WHAT YOU HAVE TO DO:
Look through the records below for the line with "#143=EDGE_CURVE('',#136,#136,#142,.T.);" and the line with "#156=ORIENTED_EDGE('',*,*,#155,.F.);", then return those lines and all lines between, exactly.

SOURCE MATERIAL:
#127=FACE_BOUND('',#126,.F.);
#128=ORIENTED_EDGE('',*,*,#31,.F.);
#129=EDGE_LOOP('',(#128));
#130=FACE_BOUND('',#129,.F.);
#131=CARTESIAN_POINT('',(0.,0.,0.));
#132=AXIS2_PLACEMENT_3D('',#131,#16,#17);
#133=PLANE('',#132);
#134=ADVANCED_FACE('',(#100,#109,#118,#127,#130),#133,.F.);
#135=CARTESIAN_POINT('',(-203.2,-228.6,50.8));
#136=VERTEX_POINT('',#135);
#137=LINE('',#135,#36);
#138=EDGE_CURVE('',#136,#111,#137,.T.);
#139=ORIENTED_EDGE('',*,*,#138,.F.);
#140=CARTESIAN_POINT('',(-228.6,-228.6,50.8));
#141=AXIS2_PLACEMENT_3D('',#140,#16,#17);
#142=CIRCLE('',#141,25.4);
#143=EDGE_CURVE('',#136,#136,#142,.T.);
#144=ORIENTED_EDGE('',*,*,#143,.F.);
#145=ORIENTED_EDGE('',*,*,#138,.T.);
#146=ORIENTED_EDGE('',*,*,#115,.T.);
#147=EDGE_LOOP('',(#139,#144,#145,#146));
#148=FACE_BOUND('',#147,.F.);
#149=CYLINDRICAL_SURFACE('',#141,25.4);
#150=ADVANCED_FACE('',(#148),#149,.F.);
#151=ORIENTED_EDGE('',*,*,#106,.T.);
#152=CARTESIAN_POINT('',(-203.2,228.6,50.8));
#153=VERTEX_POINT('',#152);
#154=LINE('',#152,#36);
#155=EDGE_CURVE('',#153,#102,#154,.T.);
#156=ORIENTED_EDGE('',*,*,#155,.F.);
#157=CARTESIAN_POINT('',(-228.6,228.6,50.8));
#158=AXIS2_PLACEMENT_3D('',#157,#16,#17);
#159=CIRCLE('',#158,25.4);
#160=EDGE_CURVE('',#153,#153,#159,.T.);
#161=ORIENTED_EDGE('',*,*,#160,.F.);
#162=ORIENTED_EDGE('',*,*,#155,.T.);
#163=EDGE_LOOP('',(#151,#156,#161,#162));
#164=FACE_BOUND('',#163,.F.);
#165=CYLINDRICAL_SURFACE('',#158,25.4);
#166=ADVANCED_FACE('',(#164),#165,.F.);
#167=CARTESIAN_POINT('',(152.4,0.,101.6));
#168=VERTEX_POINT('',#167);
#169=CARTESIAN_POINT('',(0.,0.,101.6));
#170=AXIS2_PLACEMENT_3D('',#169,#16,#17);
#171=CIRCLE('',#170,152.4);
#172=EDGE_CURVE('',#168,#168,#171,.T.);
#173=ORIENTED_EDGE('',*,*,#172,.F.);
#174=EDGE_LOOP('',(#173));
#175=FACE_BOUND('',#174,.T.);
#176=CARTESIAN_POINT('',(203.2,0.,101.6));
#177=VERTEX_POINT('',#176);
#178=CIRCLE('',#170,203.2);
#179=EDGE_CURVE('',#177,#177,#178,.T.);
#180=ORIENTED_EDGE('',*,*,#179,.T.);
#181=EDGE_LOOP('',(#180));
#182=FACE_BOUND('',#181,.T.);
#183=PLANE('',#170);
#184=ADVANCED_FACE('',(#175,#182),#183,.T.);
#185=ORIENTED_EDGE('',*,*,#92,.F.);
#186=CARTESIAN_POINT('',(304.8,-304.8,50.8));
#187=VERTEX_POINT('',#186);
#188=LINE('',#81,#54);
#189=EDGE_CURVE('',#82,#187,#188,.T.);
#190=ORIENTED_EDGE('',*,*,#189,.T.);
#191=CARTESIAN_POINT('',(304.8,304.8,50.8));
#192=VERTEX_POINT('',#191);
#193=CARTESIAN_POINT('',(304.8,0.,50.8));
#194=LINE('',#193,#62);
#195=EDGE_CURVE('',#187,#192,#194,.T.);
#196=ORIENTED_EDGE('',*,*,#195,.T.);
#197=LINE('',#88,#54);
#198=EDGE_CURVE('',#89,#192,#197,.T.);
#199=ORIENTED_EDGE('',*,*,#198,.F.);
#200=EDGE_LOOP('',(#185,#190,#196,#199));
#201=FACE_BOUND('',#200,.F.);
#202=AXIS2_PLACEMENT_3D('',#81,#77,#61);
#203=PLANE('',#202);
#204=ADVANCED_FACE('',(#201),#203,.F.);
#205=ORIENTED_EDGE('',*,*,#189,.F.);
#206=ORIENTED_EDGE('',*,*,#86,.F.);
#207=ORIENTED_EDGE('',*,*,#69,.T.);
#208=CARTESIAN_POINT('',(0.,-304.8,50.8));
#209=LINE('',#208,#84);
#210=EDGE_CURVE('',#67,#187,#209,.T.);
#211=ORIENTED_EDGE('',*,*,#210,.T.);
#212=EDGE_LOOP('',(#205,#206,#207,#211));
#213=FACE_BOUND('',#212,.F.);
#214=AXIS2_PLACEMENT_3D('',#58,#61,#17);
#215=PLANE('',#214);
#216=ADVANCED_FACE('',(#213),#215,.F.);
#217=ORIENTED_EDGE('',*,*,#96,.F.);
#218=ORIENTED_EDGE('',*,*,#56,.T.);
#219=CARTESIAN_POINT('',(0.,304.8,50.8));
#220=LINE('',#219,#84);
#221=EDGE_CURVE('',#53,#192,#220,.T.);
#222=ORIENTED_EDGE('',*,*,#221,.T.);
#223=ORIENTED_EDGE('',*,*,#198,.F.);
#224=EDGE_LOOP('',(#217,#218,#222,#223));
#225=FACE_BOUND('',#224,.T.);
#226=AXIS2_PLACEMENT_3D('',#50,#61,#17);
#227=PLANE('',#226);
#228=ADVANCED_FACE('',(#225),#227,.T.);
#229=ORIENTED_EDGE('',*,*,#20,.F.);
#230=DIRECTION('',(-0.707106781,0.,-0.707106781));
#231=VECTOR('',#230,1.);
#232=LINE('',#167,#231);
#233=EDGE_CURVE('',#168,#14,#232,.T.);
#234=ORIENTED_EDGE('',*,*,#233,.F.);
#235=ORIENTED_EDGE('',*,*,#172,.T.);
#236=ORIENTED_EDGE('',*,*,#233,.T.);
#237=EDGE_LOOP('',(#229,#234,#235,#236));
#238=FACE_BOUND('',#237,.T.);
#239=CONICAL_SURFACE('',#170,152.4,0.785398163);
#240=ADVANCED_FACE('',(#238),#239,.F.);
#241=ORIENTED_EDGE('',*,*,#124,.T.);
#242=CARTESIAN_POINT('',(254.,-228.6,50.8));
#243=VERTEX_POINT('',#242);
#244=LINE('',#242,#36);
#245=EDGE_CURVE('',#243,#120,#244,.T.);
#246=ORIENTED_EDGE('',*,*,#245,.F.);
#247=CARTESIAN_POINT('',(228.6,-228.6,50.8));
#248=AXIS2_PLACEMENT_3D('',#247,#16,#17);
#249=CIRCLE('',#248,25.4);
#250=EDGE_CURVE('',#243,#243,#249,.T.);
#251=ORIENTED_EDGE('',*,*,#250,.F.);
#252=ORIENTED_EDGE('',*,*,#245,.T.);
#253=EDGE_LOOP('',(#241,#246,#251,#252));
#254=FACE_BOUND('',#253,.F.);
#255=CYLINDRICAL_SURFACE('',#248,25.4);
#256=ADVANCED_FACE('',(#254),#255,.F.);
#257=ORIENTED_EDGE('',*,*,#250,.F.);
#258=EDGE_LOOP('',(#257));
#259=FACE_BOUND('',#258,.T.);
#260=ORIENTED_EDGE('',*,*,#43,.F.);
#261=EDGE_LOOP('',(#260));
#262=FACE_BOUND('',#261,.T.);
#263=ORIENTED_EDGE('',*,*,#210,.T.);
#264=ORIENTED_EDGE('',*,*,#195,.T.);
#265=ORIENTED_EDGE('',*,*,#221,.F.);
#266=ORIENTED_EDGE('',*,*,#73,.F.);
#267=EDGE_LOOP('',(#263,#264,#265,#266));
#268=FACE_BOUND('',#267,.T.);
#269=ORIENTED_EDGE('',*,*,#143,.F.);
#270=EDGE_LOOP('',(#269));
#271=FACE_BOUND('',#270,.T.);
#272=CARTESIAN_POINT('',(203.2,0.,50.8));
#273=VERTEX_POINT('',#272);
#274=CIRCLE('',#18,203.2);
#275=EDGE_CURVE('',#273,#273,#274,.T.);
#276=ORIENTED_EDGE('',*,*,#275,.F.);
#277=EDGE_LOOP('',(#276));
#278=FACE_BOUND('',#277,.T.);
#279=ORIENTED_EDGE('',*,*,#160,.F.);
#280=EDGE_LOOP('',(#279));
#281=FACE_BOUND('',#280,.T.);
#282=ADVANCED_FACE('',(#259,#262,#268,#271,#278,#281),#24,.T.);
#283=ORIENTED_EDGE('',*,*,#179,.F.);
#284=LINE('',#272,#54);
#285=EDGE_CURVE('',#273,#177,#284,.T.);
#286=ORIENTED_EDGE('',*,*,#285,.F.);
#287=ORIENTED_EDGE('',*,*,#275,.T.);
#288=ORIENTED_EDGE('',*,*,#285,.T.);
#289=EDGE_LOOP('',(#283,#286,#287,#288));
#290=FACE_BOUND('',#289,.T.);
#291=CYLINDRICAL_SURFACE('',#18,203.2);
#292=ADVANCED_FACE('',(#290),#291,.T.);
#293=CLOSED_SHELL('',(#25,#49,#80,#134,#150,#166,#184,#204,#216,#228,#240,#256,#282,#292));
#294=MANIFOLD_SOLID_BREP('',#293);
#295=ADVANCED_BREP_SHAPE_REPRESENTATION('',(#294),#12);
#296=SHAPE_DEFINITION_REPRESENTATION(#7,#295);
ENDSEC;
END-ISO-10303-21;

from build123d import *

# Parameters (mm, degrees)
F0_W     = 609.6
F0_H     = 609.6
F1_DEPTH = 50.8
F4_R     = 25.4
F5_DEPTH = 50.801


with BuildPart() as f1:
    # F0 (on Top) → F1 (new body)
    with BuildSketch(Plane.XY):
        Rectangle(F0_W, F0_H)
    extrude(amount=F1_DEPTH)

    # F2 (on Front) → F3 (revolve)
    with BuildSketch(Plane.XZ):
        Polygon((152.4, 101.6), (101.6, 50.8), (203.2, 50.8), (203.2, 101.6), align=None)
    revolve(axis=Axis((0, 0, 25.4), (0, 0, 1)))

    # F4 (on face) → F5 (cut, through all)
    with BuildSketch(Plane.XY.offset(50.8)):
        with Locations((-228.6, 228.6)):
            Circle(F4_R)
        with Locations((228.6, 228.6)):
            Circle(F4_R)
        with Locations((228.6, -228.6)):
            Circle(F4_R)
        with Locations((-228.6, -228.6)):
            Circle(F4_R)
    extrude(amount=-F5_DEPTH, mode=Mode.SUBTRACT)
* * *
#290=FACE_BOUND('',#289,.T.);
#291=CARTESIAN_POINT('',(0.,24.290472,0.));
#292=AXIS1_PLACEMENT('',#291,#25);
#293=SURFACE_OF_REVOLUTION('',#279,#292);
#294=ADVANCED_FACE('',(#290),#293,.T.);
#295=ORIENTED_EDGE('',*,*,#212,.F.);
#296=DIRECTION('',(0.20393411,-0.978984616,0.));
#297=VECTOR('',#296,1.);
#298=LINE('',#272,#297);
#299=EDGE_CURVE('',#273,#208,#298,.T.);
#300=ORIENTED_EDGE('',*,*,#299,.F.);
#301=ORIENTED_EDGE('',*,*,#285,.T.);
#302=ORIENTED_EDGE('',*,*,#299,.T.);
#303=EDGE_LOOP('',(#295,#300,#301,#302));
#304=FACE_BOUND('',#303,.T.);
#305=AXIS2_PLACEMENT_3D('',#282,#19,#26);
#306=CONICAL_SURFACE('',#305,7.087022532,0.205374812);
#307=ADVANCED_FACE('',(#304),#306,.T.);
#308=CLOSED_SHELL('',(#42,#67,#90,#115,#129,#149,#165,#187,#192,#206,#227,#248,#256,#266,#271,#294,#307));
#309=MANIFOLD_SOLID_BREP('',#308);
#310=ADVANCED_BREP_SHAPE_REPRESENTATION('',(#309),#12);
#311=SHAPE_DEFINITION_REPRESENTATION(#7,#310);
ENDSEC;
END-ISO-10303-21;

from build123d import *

RESPONSE:
#143=EDGE_CURVE('',#136,#136,#142,.T.);
#144=ORIENTED_EDGE('',*,*,#143,.F.);
#145=ORIENTED_EDGE('',*,*,#138,.T.);
#146=ORIENTED_EDGE('',*,*,#115,.T.);
#147=EDGE_LOOP('',(#139,#144,#145,#146));
#148=FACE_BOUND('',#147,.F.);
#149=CYLINDRICAL_SURFACE('',#141,25.4);
#150=ADVANCED_FACE('',(#148),#149,.F.);
#151=ORIENTED_EDGE('',*,*,#106,.T.);
#152=CARTESIAN_POINT('',(-203.2,228.6,50.8));
#153=VERTEX_POINT('',#152);
#154=LINE('',#152,#36);
#155=EDGE_CURVE('',#153,#102,#154,.T.);
#156=ORIENTED_EDGE('',*,*,#155,.F.);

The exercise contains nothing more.